FIG. 11 is a diagram in which dichroic mirrors 9 and 13 are moved to set the third projection mode, and here, OHP is used.
Only the projection unit is shown.

In the third projection mode, white light from the lamp 7 directly enters the liquid crystal panel 10, and light transmitted through the liquid crystal panel 10 and reflected by the total reflection mirror 11 also directly enters the total reflection mirror 14. Therefore, the document 1 with black background and white characters or white background and black characters is projected on the screen. Therefore, in the third projection mode, the characters of the document and the color of the background can be projected using a combination of white and black of the lamp 7.

[0023]

According to the present invention, it is not necessary to copy an opaque plain paper original on a transparent film, and it is possible to directly enlarge and project the original with high clarity. Further, by providing the first, second, and third projection modes, the colors of the characters and the background of the document can be appropriately switched, and projection can be performed in various combinations of colors.
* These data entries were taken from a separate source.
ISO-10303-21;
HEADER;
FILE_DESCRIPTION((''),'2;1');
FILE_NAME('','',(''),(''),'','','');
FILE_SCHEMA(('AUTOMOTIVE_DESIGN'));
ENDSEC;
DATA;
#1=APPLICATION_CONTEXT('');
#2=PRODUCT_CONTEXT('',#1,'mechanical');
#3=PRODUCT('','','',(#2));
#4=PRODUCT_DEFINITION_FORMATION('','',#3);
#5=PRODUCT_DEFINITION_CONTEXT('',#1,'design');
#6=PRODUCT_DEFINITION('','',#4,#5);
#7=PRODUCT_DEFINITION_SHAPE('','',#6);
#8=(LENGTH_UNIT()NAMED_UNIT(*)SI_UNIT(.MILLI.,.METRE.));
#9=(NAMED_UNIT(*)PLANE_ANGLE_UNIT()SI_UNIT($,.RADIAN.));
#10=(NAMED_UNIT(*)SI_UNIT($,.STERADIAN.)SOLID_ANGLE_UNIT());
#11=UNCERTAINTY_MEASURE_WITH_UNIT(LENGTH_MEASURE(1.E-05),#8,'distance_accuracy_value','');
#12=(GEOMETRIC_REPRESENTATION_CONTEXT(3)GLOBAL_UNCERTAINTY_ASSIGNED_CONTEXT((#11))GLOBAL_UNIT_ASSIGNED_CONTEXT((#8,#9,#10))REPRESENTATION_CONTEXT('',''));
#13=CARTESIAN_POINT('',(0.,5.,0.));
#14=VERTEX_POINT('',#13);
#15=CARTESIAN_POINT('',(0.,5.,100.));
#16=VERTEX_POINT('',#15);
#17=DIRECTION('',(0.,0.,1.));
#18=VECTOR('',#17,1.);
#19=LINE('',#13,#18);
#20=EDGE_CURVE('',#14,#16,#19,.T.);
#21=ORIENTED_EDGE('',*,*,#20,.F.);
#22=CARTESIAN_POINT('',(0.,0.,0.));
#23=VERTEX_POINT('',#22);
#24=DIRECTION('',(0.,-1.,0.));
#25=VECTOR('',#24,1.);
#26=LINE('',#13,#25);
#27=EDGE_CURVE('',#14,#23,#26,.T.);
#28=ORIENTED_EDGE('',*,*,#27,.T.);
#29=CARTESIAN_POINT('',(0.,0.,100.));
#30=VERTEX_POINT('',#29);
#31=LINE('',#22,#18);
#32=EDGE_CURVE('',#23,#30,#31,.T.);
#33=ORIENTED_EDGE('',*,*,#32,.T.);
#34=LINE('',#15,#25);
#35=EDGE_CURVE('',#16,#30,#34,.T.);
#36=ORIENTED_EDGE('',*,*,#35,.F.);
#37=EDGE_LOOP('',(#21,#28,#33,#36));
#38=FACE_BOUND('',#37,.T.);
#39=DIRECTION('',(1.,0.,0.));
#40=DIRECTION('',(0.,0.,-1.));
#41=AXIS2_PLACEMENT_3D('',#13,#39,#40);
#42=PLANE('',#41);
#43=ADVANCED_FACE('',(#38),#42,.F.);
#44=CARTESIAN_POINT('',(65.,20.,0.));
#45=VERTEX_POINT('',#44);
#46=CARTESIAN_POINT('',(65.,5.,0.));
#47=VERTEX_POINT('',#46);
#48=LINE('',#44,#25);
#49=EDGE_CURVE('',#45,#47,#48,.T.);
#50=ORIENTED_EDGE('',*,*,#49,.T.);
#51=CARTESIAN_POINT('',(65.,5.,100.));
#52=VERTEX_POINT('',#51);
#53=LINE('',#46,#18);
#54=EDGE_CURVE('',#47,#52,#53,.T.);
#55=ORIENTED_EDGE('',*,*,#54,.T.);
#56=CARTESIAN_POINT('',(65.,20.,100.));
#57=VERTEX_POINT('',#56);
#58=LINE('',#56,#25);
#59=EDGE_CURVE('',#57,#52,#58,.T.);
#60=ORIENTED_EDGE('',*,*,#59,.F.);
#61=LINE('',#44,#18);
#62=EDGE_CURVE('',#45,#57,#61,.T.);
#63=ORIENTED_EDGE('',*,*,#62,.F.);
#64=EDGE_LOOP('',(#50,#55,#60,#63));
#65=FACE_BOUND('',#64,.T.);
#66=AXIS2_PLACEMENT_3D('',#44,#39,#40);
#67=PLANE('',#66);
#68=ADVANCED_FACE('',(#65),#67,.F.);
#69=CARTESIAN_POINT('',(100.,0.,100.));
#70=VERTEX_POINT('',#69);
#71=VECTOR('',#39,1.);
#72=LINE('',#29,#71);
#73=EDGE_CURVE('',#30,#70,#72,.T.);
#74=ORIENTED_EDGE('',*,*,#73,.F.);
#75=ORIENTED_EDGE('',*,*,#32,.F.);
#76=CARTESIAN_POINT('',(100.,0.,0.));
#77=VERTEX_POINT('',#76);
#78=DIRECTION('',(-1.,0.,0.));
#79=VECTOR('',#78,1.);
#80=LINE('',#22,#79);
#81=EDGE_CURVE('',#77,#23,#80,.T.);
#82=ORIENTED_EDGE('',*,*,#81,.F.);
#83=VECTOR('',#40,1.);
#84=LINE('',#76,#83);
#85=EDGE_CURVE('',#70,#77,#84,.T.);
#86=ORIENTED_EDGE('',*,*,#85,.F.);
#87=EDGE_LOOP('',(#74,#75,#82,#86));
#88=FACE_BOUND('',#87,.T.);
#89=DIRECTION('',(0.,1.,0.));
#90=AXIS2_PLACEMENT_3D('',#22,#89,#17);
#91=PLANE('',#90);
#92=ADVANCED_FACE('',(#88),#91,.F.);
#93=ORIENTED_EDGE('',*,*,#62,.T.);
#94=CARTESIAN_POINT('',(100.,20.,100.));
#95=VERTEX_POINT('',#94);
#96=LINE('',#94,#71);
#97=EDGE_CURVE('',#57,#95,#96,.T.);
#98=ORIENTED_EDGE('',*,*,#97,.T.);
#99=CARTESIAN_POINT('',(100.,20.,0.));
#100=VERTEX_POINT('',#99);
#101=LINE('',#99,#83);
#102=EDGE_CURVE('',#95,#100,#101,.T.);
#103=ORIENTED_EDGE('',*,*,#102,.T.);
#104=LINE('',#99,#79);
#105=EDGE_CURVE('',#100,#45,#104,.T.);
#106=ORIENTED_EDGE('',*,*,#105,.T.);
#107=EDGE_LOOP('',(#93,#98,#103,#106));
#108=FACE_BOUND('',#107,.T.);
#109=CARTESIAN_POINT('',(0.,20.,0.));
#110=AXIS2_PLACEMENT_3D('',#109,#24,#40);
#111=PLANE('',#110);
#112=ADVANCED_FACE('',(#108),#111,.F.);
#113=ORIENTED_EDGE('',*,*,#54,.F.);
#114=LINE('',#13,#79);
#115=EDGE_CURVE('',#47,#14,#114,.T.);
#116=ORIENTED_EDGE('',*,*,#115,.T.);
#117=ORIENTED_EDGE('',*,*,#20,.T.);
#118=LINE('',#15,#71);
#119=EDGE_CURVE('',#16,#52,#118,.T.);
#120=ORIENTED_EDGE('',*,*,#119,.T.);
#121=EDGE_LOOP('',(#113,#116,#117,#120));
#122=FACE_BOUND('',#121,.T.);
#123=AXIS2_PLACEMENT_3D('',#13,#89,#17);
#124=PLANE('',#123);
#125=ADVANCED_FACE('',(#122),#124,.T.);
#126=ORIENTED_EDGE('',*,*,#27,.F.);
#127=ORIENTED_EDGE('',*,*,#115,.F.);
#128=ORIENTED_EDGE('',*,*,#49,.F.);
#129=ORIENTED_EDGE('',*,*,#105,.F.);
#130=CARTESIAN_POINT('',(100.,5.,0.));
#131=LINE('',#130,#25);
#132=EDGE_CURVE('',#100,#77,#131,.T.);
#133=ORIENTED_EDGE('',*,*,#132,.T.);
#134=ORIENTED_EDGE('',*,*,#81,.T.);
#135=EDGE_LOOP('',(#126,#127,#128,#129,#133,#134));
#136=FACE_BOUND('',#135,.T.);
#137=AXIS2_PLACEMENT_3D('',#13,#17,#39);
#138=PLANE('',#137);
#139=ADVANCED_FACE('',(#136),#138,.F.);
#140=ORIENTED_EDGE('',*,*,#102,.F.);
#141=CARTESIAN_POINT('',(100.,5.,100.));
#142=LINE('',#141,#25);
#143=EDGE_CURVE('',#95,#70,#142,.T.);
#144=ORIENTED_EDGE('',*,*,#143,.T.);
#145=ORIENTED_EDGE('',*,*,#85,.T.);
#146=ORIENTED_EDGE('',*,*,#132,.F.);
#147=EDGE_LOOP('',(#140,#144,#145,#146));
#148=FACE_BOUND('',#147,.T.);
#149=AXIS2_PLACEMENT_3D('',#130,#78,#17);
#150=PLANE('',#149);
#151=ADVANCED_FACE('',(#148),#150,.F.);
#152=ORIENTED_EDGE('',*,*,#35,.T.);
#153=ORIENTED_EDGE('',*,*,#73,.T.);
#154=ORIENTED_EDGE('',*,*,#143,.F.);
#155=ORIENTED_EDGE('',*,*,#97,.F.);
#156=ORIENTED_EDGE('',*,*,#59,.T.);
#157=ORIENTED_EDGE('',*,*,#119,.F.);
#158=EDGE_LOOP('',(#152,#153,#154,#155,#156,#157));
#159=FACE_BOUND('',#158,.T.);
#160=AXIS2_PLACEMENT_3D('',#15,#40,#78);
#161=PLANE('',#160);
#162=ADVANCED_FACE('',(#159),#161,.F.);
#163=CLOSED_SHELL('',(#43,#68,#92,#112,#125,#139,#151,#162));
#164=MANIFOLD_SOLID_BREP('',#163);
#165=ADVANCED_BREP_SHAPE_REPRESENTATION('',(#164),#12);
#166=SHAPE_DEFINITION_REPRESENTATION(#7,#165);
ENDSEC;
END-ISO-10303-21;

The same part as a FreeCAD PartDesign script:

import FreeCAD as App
import Part
import Sketcher
Q = App.Units.Quantity

doc = App.newDocument("Part")
body = doc.addObject("PartDesign::Body", "Body")

# Sketch on XZ plane
sketch1 = doc.addObject("Sketcher::SketchObject", "Sketch")
body.addObject(sketch1)
sketch1.AttachmentSupport = (doc.XZ_Plane, [""])
sketch1.MapMode = "FlatFace"
sketch1.addGeometry([
    Part.LineSegment(App.Vector(0, 0, 0), App.Vector(0, 100, 0)),
    Part.LineSegment(App.Vector(0, 100, 0), App.Vector(100, 100, 0)),
    Part.LineSegment(App.Vector(100, 100, 0), App.Vector(100, 0, 0)),
    Part.LineSegment(App.Vector(100, 0, 0), App.Vector(0, 0, 0)),
], False)
sketch1.addConstraint([
    Sketcher.Constraint("Coincident", 0, 2, 1, 1),
    Sketcher.Constraint("Coincident", 1, 2, 2, 1),
    Sketcher.Constraint("Coincident", 2, 2, 3, 1),
    Sketcher.Constraint("Coincident", 3, 2, 0, 1),
    Sketcher.Constraint("Vertical", 0),
    Sketcher.Constraint("Horizontal", 1),
    Sketcher.Constraint("Vertical", 2),
    Sketcher.Constraint("Horizontal", 3),
    Sketcher.Constraint("Coincident", 3, 2, -1, 1),
    Sketcher.Constraint("Equal", 3, 0),
    Sketcher.Constraint("DistanceX", 1, 1, 1, 2, Q("100 mm")),
])
pad1 = doc.addObject("PartDesign::Pad", "Pad")
body.addObject(pad1)
pad1.Profile = sketch1
pad1.Length = 5
pad1.Reversed = True

# Sketch on XZ plane
sketch2 = doc.addObject("Sketcher::SketchObject", "Sketch001")
body.addObject(sketch2)
sketch2.AttachmentSupport = (doc.XZ_Plane, [""])
sketch2.MapMode = "FlatFace"
sketch2.AttachmentOffset = App.Placement(App.Vector(0, 0, -5), App.Rotation())
sketch2.addGeometry([
    Part.LineSegment(App.Vector(65, 0, 0), App.Vector(65, 100, 0)),
    Part.LineSegment(App.Vector(65, 100, 0), App.Vector(100, 100, 0)),
    Part.LineSegment(App.Vector(100, 100, 0), App.Vector(100, 0, 0)),
    Part.LineSegment(App.Vector(100, 0, 0), App.Vector(65, 0, 0)),
], False)
sketch2.addConstraint([
    Sketcher.Constraint("Coincident", 0, 2, 1, 1),
    Sketcher.Constraint("Coincident", 1, 2, 2, 1),
    Sketcher.Constraint("Coincident", 2, 2, 3, 1),
    Sketcher.Constraint("Coincident", 3, 2, 0, 1),
    Sketcher.Constraint("Vertical", 0),
    Sketcher.Constraint("Horizontal", 1),
    Sketcher.Constraint("Vertical", 2),
    Sketcher.Constraint("Horizontal", 3),
    Sketcher.Constraint("PointOnObject", 2, 2, -1),
    Sketcher.Constraint("DistanceX", 1, 1, 1, 2, Q("35 mm")),
    Sketcher.Constraint("DistanceY", 0, 1, 0, 2, Q("100 mm")),
    Sketcher.Constraint("DistanceX", -1, 1, 0, 2, Q("65 mm")),
])
pad2 = doc.addObject("PartDesign::Pad", "Pad001")
body.addObject(pad2)
pad2.Profile = sketch2
pad2.Length = 15
pad2.Reversed = True

doc.recompute()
[Brief description of the drawings]

FIG. 1 is a block diagram of an OHP showing one embodiment of the present invention.

FIG. 2 is a diagram in which a second dichroic mirror is moved in order to set a second projection mode in the OHP of FIG. 1;

FIG. 3 is a diagram in which first and second dichroic mirrors have been moved to set a third projection mode in the OHP of FIG. 1;

[Explanation of symbols]

 DESCRIPTION OF SYMBOLS 1 Original 5 Image sensor 6 Signal processing part 7 Lamp 8 Cold mirror 9 First dichroic mirror 10 Liquid crystal panel 11 Total reflection mirror 12 Total reflection mirror 13 Second dichroic mirror 14 Total reflection mirror 15 Projection lens

Claims (1)

(57) [Claims] 1. An image sensor for reading a document, a signal processing unit for converting an image signal output from the image sensor into a liquid crystal drive signal, a lamp as a light source, and a lamp in the first and second projection modes. A first dichroic mirror that reflects light of a predetermined color out of the light and transmits light other than the light of a predetermined color, moves to a predetermined position in the third projection mode, and does not perform the reflection and transmission; In the second projection mode, light other than the predetermined color light from the first dichroic mirror is incident, and in the third projection mode, the light of the lamp is incident, and based on the liquid crystal drive signal. A liquid crystal panel that performs display, and in the first projection mode, light transmitted from the liquid crystal panel and light from the first dichroic mirror that does not pass through the liquid crystal panel are combined into projection light, and second and third projections are performed. mode Overhead projector according to claim further comprising a second dichroic mirror to directly projected light to transmitted light of the liquid crystal panel is moved to a predetermined position, and a projection lens that projects the projection light to the screen when.